労働基準法で定められている労働契約に関する解説です。労働条件や内定の取消や辞退、試用期間、労働契約の終了(更新)についての取り決めなどは法律で定められています。
また、採用されてから会社に損害を与えてしまった場合の損害賠償についても、解説します。

  1. 労働契約の成立と条件
  2. 内定の取消・辞退
  3. 試用期間の延長や本採用拒否
  4. 労働者への損害賠償と身元保証
  5. 労働契約が期間定めがある・ない無期の場合の更新や終了

労働契約については、労働契約法の解説も参考にしてください。

労働契約の成立と条件

労働契約は、事業主と個人との間に交わされる契約の中で、唯一「消費者契約法」の適用がない契約です。
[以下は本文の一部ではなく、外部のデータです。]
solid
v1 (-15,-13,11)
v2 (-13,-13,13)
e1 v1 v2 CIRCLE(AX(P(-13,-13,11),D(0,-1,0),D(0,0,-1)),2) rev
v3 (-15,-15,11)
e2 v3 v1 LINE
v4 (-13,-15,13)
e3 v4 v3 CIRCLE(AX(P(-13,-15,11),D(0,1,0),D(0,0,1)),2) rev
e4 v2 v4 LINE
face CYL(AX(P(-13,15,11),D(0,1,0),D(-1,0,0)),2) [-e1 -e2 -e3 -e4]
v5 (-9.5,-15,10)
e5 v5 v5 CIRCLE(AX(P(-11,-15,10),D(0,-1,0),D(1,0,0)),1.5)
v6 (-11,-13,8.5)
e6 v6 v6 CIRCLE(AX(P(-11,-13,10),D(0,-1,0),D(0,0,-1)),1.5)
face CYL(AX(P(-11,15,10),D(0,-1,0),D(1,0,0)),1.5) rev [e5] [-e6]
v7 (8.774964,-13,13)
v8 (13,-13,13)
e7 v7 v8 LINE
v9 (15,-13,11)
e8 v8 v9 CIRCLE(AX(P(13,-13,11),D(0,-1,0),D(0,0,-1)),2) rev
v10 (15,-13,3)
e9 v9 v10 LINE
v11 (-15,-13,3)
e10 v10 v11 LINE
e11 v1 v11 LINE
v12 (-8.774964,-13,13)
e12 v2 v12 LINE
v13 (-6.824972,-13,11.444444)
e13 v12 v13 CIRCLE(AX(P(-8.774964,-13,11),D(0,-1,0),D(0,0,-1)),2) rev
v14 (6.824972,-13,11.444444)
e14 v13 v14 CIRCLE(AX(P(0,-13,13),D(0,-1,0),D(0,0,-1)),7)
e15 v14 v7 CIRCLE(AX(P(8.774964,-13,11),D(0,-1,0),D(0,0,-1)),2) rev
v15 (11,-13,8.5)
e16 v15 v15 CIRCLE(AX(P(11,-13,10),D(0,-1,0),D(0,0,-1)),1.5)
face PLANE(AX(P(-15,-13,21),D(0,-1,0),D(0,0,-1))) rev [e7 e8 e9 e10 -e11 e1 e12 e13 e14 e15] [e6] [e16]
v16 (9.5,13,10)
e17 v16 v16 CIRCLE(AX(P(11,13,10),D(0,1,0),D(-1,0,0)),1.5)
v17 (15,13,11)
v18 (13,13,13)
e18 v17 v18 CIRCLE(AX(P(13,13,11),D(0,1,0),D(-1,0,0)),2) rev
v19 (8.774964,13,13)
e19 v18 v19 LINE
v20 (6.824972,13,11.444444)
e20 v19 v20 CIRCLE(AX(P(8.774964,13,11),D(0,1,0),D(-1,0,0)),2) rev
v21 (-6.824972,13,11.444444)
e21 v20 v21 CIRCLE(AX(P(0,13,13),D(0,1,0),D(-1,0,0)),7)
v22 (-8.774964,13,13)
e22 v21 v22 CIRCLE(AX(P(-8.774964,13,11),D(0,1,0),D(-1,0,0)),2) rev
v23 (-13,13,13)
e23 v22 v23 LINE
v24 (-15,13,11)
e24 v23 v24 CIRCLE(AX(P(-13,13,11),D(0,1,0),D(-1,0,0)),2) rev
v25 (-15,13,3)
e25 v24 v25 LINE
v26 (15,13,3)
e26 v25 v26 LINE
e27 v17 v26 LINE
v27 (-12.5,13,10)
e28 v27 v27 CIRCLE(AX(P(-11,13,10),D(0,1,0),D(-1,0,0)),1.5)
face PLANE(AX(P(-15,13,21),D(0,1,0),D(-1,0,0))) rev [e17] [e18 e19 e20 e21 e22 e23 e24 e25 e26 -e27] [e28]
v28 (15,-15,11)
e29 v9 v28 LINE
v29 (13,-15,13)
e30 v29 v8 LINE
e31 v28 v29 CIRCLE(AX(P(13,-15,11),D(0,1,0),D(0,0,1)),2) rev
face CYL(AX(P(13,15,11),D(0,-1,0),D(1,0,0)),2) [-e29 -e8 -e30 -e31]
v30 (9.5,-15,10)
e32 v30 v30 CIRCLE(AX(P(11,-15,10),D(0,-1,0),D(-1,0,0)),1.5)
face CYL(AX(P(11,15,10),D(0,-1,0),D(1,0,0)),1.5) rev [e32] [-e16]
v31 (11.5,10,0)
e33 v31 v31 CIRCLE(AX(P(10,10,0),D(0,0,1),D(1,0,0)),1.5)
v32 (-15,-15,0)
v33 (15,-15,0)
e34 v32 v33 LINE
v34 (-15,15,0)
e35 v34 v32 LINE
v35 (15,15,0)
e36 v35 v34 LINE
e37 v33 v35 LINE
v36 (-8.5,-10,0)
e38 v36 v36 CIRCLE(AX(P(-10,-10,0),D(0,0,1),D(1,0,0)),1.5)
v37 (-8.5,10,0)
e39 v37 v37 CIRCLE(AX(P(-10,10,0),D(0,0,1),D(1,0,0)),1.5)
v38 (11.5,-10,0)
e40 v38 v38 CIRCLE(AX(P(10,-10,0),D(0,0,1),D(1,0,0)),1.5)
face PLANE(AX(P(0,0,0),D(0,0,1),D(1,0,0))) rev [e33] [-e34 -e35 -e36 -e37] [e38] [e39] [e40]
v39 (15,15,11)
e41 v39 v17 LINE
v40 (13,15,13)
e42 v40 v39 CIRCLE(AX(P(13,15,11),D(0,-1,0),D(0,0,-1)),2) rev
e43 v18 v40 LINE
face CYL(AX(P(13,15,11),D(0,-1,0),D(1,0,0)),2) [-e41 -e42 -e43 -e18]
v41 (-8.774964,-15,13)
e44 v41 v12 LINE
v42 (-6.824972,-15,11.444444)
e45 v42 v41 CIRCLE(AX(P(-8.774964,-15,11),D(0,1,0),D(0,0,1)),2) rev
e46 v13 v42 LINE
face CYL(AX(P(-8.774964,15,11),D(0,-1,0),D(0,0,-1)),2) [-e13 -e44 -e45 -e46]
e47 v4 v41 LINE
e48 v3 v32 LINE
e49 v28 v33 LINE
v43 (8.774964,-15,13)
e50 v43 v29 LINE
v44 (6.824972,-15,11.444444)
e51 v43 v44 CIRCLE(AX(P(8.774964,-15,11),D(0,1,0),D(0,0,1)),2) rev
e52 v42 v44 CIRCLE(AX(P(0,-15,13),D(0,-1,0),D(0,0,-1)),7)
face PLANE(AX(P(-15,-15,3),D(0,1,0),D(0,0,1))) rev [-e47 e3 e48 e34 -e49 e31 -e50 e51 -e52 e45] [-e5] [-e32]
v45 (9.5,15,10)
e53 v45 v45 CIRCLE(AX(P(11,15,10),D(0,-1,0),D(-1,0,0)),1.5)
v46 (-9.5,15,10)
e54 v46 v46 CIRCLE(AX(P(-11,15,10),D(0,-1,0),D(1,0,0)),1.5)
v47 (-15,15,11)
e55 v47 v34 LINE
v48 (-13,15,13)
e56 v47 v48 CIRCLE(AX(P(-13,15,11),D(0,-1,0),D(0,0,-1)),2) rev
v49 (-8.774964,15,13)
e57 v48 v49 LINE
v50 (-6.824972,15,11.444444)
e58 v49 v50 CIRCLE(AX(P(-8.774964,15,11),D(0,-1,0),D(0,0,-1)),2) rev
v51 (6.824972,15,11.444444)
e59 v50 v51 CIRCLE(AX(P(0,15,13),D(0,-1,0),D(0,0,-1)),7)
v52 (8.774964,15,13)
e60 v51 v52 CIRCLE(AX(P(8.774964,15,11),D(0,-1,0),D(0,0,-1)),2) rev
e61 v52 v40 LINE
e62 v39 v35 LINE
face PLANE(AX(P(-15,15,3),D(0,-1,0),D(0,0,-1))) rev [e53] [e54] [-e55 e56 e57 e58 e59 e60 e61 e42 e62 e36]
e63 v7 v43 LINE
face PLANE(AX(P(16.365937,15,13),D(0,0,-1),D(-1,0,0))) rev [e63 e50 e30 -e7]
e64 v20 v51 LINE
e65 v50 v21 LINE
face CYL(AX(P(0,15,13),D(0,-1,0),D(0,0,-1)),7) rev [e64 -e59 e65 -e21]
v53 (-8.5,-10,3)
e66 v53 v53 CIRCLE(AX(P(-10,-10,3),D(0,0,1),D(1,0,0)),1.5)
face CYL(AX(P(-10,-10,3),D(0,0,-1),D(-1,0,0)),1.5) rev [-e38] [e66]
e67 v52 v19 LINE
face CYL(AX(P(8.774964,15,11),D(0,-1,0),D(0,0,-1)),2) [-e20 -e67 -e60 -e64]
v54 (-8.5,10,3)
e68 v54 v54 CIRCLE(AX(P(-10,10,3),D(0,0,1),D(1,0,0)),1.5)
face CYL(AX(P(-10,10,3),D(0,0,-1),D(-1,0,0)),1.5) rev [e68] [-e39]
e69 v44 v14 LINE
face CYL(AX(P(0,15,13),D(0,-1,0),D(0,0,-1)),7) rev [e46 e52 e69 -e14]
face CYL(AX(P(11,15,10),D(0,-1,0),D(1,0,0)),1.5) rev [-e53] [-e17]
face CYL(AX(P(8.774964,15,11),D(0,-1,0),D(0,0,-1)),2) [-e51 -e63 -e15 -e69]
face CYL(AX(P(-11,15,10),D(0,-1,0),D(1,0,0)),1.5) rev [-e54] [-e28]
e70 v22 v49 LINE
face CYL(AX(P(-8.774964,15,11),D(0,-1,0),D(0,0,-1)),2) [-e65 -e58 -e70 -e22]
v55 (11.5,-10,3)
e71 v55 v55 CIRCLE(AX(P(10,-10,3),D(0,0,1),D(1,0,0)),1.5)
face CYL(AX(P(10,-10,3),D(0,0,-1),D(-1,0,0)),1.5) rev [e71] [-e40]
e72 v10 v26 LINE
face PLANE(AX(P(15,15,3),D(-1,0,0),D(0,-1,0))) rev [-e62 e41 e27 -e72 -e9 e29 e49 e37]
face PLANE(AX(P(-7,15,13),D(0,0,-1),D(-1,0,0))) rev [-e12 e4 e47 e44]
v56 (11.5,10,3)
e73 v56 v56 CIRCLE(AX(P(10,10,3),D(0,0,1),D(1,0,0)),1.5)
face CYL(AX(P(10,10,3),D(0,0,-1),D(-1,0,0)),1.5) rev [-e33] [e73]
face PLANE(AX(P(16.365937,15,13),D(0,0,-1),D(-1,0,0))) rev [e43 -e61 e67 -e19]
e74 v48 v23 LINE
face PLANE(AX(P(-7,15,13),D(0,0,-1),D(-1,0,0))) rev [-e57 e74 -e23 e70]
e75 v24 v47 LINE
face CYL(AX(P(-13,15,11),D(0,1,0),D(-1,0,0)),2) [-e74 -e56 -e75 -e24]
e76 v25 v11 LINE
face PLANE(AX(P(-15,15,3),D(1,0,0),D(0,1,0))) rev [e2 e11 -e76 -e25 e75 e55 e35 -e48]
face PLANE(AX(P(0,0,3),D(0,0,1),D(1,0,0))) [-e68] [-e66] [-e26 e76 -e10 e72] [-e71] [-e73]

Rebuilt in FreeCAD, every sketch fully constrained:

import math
import FreeCAD as App
import Part
import Sketcher

V = App.Vector


def edges_at(feature, points):
    """Names of the edges that pass closest to the given points."""
    edges = feature.Shape.Edges
    near = lambda p: min(range(len(edges)), key=lambda i: edges[i].distToShape(Part.Vertex(*p))[0])
    return sorted({f"Edge{near(p) + 1}" for p in points})

doc = App.newDocument("Part")
body = doc.addObject("PartDesign::Body", "Body")

sketch1 = doc.addObject("Sketcher::SketchObject", "Sketch")
body.addObject(sketch1)
sketch1.AttachmentSupport = (doc.XY_Plane, [""])
sketch1.MapMode = "FlatFace"
sketch1.addGeometry([
    Part.LineSegment(V(-15, 15, 0), V(-15, -15, 0)),
    Part.LineSegment(V(-15, -15, 0), V(15, -15, 0)),
    Part.LineSegment(V(15, -15, 0), V(15, 15, 0)),
    Part.LineSegment(V(15, 15, 0), V(-15, 15, 0)),
    Part.Circle(V(-10, -10, 0), V(0, 0, 1), 1.5),
    Part.Circle(V(10, -10, 0), V(0, 0, 1), 1.5),
    Part.Circle(V(-10, 10, 0), V(0, 0, 1), 1.5),
    Part.Circle(V(10, 10, 0), V(0, 0, 1), 1.5),
], False)
sketch1.addConstraint([
    Sketcher.Constraint("Coincident", 0, 2, 1, 1),
    Sketcher.Constraint("Coincident", 1, 2, 2, 1),
    Sketcher.Constraint("Coincident", 2, 2, 3, 1),
    Sketcher.Constraint("Coincident", 3, 2, 0, 1),
    Sketcher.Constraint("Vertical", 0),
    Sketcher.Constraint("Horizontal", 1),
    Sketcher.Constraint("Vertical", 2),
    Sketcher.Constraint("Horizontal", 3),
    Sketcher.Constraint("Equal", 4, 5),
    Sketcher.Constraint("Equal", 5, 6),
    Sketcher.Constraint("Equal", 6, 7),
    Sketcher.Constraint("Symmetric", 5, 3, 6, 3, -1, 1),
    Sketcher.Constraint("Symmetric", 4, 3, 7, 3, -1, 1),
    Sketcher.Constraint("Symmetric", 0, 2, 2, 2, -1, 1),
    Sketcher.Constraint("Symmetric", 4, 3, 5, 3, -2),
    Sketcher.Constraint("Equal", 3, 0),
    Sketcher.Constraint("Diameter", 4, 3.0),
    Sketcher.Constraint("DistanceX", 1, 1, 1, 2, 30.0),
    Sketcher.Constraint("DistanceX", 4, 3, -1, 1, 10.0),
    Sketcher.Constraint("DistanceY", 4, 3, -1, 1, 10.0),
])
pad1 = doc.addObject("PartDesign::Pad", "Pad")
body.addObject(pad1)
pad1.Profile = sketch1
pad1.Length = 3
そのため、労働基準法で労働者を手厚く保護しています。

労働契約が成立するとき

求人募集に始まって、労働者が応募し、面接や審査を経て採用が決まります。労働契約は口頭でも成立する諾成契約(「申込」と「承諾」の意思表示で成立する契約のこと)ですから、採用内定の通知(書面・口頭・電話でOK)が労働者に届いたときに、労働契約が成立します。労働契約書の作成は義務ではありません。

労働条件の明示

労働条件は、労働基準法に違反しない範囲で有効です。ですから、「ウチの会社は残業代は出ないから」「割増賃金は1割増しだよ」というものは認められず、その部分に関して無効になります。最低賃金も、各都道府県によって異なりますので余りにも低い時給だな、と感じたら、調べてみましょう。労働契約を結んだ場合、労働契約書の作成は義務付けられてはいませんが、労働条件は書面で明示(就業規則の中で明示してもOK)しなければなりません。

必ず書面で明示しなければならないもの

会社に定めがある場合に明示するもの(書面or口頭)

実際に働き出したら、労働条件と違っていた場合

求人広告に載っていた条件や、採用の時に言われていた条件と、実際の条件が異なっていた場合は、会社に対して、条件どおりにしてくれ!と、要求することができます。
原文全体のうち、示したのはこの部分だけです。